=== Directions ===
Output exactly, with nothing added, the entries from the first line through the line with "f 856 10 136".

=== Material for the task ===

#####

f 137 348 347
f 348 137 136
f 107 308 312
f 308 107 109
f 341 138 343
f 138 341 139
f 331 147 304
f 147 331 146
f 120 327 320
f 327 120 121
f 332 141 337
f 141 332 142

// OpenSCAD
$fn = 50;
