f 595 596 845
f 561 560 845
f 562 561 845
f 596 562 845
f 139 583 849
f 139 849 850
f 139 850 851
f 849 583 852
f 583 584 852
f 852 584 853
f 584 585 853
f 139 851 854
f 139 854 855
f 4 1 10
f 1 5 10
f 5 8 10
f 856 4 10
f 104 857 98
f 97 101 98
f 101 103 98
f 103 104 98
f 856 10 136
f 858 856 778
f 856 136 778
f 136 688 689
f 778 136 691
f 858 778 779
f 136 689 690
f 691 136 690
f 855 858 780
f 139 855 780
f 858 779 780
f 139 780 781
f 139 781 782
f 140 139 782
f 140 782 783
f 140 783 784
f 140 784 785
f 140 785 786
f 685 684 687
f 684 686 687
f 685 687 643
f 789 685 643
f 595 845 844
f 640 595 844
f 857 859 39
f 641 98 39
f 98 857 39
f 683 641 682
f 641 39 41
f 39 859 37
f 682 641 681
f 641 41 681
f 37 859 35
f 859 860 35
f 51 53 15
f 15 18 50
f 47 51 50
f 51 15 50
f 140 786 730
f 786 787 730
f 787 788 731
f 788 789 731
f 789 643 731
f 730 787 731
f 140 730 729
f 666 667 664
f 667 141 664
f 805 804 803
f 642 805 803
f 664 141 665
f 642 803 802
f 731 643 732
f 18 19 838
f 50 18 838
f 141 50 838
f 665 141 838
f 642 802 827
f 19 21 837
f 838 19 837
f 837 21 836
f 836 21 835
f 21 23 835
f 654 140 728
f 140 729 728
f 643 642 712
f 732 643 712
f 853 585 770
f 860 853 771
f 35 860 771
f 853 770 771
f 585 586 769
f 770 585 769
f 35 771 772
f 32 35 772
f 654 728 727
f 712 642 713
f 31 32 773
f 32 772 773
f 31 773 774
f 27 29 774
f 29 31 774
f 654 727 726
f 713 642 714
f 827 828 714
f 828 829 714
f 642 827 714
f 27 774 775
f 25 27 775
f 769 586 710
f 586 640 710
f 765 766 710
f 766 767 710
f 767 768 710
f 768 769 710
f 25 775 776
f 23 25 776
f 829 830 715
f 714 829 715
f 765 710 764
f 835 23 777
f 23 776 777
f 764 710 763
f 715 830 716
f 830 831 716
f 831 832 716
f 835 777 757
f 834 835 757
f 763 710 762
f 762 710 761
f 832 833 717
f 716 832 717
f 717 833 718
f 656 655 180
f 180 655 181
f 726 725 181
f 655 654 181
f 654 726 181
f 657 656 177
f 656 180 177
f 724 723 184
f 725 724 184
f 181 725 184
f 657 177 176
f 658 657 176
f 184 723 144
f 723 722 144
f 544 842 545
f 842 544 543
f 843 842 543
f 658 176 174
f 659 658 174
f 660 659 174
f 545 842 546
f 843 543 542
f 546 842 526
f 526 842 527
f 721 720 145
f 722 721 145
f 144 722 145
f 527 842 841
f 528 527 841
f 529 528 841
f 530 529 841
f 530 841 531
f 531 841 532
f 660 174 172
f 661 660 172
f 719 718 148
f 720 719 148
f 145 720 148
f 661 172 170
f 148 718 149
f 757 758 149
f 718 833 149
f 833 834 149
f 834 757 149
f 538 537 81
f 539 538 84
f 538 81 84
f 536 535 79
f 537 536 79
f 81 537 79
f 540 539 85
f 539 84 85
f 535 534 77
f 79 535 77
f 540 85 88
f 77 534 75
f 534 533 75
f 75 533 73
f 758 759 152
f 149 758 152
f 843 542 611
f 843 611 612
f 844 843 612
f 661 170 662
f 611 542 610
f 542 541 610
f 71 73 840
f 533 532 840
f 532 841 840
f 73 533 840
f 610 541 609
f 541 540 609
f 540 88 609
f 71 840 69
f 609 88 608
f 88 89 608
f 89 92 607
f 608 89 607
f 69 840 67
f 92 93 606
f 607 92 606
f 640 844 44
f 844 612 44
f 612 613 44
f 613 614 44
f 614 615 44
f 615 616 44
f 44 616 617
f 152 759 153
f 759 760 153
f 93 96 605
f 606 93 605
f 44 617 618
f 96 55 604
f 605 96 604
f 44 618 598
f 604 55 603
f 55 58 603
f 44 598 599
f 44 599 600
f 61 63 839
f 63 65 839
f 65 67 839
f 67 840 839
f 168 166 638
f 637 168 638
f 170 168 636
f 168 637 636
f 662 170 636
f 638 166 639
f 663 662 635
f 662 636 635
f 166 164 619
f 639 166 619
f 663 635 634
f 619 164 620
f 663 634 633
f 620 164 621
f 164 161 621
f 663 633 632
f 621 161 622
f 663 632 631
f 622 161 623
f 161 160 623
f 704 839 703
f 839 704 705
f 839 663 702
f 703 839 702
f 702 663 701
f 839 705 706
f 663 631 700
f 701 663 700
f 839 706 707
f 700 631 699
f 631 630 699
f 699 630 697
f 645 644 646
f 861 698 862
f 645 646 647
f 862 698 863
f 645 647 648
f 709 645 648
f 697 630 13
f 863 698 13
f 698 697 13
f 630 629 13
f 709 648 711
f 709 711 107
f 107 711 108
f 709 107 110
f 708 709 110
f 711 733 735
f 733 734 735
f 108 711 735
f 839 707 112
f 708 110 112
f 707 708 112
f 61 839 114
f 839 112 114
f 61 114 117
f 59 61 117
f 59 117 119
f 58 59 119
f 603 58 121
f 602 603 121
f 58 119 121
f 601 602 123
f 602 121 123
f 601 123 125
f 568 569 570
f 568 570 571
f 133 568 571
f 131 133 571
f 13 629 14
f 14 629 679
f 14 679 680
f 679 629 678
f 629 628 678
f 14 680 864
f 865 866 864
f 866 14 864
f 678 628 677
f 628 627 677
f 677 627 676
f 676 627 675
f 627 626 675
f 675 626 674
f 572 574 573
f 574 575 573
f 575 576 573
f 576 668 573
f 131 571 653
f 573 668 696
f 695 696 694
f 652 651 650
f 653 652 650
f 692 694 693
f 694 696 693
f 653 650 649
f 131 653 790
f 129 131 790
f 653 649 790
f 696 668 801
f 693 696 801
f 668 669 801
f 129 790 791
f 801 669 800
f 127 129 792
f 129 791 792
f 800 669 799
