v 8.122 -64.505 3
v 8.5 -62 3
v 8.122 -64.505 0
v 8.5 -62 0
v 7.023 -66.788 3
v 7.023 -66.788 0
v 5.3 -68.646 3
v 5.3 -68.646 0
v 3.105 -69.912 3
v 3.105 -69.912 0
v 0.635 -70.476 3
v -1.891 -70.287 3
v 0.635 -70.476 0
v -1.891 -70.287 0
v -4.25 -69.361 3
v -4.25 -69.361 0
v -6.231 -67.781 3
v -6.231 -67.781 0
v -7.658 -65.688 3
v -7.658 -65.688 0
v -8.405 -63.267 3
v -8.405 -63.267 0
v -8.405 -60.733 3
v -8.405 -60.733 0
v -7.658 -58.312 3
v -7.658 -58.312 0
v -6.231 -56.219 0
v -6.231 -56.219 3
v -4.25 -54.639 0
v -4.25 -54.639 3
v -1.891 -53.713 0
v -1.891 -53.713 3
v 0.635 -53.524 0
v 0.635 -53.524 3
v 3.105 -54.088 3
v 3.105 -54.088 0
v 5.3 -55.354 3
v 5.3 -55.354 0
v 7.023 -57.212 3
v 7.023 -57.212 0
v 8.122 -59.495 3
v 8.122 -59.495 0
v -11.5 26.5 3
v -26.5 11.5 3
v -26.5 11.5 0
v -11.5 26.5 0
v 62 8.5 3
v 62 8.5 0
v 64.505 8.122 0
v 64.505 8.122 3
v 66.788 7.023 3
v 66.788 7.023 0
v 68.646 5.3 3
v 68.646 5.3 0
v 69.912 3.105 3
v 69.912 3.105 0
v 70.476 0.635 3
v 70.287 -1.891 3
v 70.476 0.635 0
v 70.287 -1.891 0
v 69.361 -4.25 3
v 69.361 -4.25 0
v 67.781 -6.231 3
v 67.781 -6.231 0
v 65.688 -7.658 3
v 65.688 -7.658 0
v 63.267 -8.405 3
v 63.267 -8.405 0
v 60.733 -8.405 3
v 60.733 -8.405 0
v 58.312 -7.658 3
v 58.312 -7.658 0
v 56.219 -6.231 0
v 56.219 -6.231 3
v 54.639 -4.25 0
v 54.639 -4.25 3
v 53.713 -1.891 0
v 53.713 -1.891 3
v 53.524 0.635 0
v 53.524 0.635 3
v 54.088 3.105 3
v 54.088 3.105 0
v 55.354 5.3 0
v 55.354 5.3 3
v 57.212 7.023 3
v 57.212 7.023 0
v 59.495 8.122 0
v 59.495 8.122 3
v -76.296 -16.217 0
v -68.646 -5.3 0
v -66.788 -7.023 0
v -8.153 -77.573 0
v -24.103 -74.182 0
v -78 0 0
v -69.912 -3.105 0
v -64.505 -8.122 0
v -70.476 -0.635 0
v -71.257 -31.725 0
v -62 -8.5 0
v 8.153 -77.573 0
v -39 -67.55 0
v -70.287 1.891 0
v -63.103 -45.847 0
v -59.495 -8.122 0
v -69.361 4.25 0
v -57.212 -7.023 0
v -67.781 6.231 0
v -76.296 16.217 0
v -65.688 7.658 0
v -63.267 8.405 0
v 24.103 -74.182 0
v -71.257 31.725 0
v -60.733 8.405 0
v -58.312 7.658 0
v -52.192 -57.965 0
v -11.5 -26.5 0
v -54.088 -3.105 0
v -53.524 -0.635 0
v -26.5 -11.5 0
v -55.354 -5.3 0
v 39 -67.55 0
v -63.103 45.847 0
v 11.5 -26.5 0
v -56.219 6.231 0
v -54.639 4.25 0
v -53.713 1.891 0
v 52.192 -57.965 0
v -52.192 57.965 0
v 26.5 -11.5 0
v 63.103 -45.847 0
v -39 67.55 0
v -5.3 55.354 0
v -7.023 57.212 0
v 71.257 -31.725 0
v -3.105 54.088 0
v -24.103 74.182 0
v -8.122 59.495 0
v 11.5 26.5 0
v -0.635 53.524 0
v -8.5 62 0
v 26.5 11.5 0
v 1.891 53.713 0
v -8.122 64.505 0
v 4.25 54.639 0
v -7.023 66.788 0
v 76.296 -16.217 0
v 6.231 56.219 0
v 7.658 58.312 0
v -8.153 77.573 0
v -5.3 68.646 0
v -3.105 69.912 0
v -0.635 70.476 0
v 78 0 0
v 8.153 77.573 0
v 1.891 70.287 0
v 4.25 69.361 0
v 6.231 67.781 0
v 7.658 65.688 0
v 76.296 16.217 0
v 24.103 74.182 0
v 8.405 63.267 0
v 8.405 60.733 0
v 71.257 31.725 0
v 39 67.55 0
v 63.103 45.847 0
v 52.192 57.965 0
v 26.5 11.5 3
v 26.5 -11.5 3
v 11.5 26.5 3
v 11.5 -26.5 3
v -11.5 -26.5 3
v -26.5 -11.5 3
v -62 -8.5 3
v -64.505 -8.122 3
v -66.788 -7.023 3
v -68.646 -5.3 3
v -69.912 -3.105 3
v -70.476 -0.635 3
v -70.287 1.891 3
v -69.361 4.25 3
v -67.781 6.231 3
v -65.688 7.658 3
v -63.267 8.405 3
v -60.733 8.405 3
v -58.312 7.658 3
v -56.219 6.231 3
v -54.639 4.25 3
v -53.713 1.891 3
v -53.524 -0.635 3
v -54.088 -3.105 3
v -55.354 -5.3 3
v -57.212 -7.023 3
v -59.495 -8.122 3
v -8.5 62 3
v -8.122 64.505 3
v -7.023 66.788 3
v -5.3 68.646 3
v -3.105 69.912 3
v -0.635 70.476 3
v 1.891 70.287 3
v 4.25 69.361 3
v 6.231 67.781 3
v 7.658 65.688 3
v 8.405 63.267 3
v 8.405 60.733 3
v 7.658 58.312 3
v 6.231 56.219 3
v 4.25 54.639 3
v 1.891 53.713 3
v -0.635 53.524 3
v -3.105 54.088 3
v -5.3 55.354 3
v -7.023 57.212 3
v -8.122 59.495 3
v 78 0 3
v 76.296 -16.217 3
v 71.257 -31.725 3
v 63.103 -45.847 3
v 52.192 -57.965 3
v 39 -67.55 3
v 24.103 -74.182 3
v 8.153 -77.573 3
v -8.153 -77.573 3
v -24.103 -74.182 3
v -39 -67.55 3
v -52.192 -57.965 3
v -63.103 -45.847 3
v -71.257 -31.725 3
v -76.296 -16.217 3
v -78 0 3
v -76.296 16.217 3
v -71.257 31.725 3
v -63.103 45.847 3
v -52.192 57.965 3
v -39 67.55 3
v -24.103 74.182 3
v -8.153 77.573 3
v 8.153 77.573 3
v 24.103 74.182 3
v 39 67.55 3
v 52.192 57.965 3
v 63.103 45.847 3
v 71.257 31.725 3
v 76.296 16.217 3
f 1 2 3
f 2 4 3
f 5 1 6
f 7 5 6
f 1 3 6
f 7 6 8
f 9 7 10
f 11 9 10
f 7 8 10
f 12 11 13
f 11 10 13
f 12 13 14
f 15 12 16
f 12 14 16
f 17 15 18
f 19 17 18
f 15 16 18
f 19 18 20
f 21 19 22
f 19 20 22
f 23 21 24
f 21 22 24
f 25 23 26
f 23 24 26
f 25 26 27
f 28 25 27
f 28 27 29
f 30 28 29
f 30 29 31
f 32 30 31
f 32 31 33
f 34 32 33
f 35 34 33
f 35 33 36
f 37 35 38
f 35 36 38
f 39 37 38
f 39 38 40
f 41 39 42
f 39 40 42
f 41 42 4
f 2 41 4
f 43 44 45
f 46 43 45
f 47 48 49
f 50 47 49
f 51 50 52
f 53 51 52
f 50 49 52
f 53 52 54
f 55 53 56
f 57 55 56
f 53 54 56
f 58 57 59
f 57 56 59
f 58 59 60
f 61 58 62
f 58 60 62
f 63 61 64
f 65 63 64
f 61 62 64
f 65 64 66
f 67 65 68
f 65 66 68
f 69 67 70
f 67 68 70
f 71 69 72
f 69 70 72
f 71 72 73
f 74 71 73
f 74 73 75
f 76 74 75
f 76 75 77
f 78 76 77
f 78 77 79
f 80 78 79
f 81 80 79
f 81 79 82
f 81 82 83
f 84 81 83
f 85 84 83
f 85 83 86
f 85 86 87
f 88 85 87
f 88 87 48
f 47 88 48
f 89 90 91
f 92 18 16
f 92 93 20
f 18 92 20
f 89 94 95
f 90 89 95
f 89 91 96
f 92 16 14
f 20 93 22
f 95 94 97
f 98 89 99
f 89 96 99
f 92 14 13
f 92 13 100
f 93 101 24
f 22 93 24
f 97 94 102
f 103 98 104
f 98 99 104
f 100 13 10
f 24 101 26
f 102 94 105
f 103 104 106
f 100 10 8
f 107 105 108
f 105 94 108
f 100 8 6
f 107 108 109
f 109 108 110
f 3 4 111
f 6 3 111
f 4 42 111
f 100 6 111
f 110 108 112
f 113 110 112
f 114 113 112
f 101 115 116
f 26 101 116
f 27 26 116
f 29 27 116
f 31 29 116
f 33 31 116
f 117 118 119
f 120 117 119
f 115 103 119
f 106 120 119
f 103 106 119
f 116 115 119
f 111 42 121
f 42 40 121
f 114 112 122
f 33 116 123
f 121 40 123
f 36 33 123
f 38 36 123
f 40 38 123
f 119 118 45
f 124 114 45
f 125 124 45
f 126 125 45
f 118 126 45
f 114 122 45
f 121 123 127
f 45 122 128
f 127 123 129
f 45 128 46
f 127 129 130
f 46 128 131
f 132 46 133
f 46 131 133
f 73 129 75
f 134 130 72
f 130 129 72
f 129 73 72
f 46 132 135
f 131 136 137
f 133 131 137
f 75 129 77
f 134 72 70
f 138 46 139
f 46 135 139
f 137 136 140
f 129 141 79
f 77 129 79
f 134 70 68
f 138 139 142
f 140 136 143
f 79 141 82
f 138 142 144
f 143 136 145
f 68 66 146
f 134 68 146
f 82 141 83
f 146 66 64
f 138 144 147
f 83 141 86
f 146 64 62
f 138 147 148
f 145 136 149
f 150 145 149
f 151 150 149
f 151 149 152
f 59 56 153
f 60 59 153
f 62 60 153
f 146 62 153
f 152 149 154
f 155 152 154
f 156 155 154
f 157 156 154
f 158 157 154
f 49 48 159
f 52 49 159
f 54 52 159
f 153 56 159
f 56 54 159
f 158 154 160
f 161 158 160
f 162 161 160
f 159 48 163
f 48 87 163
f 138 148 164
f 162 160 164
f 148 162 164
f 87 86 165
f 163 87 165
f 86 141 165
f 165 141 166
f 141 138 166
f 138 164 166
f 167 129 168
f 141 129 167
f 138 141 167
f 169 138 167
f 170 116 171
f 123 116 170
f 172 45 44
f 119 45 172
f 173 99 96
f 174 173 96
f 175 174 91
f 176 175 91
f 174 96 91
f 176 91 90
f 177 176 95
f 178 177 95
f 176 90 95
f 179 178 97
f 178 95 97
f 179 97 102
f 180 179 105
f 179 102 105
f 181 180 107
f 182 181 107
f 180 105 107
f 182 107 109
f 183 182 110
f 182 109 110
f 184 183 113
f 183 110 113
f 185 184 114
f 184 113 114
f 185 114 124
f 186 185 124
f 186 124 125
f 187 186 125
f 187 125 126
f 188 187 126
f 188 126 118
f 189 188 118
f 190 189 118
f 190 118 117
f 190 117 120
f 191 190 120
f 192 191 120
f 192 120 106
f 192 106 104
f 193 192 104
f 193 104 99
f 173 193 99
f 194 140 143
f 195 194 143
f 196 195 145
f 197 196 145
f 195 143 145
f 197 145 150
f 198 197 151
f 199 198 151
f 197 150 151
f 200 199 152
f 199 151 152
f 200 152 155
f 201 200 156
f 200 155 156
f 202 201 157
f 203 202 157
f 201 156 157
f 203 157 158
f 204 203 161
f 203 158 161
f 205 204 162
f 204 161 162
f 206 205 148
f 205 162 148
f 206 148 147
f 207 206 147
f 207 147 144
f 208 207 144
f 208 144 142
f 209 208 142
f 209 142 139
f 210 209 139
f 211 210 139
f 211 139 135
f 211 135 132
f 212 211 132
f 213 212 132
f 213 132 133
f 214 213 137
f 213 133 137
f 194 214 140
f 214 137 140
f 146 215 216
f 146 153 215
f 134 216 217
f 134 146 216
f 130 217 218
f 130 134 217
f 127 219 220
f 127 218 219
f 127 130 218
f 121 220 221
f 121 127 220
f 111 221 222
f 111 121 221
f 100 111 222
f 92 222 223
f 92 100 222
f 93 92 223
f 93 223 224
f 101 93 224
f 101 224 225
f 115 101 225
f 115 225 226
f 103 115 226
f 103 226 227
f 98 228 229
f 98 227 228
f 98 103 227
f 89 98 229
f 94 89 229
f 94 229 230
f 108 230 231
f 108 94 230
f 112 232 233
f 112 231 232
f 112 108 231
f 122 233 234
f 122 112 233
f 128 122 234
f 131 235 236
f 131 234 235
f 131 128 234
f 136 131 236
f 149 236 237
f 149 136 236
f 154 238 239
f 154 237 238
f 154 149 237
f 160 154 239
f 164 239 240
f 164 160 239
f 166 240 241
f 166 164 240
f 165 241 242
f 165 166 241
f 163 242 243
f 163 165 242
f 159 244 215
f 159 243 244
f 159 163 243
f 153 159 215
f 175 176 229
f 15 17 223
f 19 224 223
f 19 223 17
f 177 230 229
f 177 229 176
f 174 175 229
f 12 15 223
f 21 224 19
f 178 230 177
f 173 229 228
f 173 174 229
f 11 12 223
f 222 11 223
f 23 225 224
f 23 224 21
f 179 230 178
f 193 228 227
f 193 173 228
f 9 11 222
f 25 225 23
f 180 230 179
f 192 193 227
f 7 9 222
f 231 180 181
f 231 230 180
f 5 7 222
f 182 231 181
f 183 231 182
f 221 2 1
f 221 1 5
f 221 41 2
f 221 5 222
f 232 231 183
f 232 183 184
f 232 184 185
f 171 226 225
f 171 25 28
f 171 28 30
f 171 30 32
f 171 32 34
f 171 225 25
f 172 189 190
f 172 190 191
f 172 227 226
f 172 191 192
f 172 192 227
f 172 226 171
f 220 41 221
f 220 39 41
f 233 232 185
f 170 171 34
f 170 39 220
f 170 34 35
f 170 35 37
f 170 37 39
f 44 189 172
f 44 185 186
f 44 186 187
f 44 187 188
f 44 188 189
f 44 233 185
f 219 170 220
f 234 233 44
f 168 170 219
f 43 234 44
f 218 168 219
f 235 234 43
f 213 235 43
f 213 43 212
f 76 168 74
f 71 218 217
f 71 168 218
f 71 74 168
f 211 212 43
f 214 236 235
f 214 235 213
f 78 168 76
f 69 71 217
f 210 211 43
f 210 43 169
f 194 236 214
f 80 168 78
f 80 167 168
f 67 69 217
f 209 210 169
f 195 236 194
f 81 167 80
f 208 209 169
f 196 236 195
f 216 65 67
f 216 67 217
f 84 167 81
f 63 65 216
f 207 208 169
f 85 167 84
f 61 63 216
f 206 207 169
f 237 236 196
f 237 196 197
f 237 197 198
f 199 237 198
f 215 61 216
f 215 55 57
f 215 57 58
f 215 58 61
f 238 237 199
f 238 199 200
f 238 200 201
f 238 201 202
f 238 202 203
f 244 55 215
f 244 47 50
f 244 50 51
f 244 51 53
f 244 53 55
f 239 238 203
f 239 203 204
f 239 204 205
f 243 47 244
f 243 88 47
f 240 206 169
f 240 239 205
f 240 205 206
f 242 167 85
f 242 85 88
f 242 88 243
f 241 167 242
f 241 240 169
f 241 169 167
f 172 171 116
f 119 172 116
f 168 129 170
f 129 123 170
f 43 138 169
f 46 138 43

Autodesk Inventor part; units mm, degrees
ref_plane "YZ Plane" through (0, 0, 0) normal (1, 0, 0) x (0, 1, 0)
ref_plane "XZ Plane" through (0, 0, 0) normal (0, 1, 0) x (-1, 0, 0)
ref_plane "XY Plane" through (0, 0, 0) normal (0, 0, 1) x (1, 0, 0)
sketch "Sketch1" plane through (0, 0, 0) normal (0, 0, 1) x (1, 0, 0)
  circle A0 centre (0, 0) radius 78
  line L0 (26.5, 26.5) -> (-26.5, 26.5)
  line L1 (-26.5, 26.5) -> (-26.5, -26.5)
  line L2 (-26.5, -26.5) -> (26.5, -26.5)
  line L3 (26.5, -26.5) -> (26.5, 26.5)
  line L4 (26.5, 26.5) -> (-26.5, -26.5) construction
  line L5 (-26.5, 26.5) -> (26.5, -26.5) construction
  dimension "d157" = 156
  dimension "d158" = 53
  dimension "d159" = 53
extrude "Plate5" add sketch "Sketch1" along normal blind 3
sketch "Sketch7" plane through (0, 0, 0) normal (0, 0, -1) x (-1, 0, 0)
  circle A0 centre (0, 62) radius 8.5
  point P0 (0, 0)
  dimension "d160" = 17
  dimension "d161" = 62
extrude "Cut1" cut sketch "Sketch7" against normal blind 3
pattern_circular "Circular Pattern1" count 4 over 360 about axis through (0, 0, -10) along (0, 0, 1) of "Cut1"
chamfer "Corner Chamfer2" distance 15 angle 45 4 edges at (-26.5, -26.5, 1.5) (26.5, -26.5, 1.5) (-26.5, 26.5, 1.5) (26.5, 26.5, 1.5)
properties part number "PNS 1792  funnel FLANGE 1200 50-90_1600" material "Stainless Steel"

#####

=== Answer to the problem ===
f 137 348 347
f 348 137 136
f 107 308 312
f 308 107 109
f 341 138 343
f 138 341 139
f 331 147 304
f 147 331 146
f 120 327 320
f 327 120 121
f 332 141 337
f 141 332 142

// OpenSCAD
$fn = 50;
f 595 596 845
f 561 560 845
f 562 561 845
f 596 562 845
f 139 583 849
f 139 849 850
f 139 850 851
f 849 583 852
f 583 584 852
f 852 584 853
f 584 585 853
f 139 851 854
f 139 854 855
f 4 1 10
f 1 5 10
f 5 8 10
f 856 4 10
f 104 857 98
f 97 101 98
f 101 103 98
f 103 104 98
f 856 10 136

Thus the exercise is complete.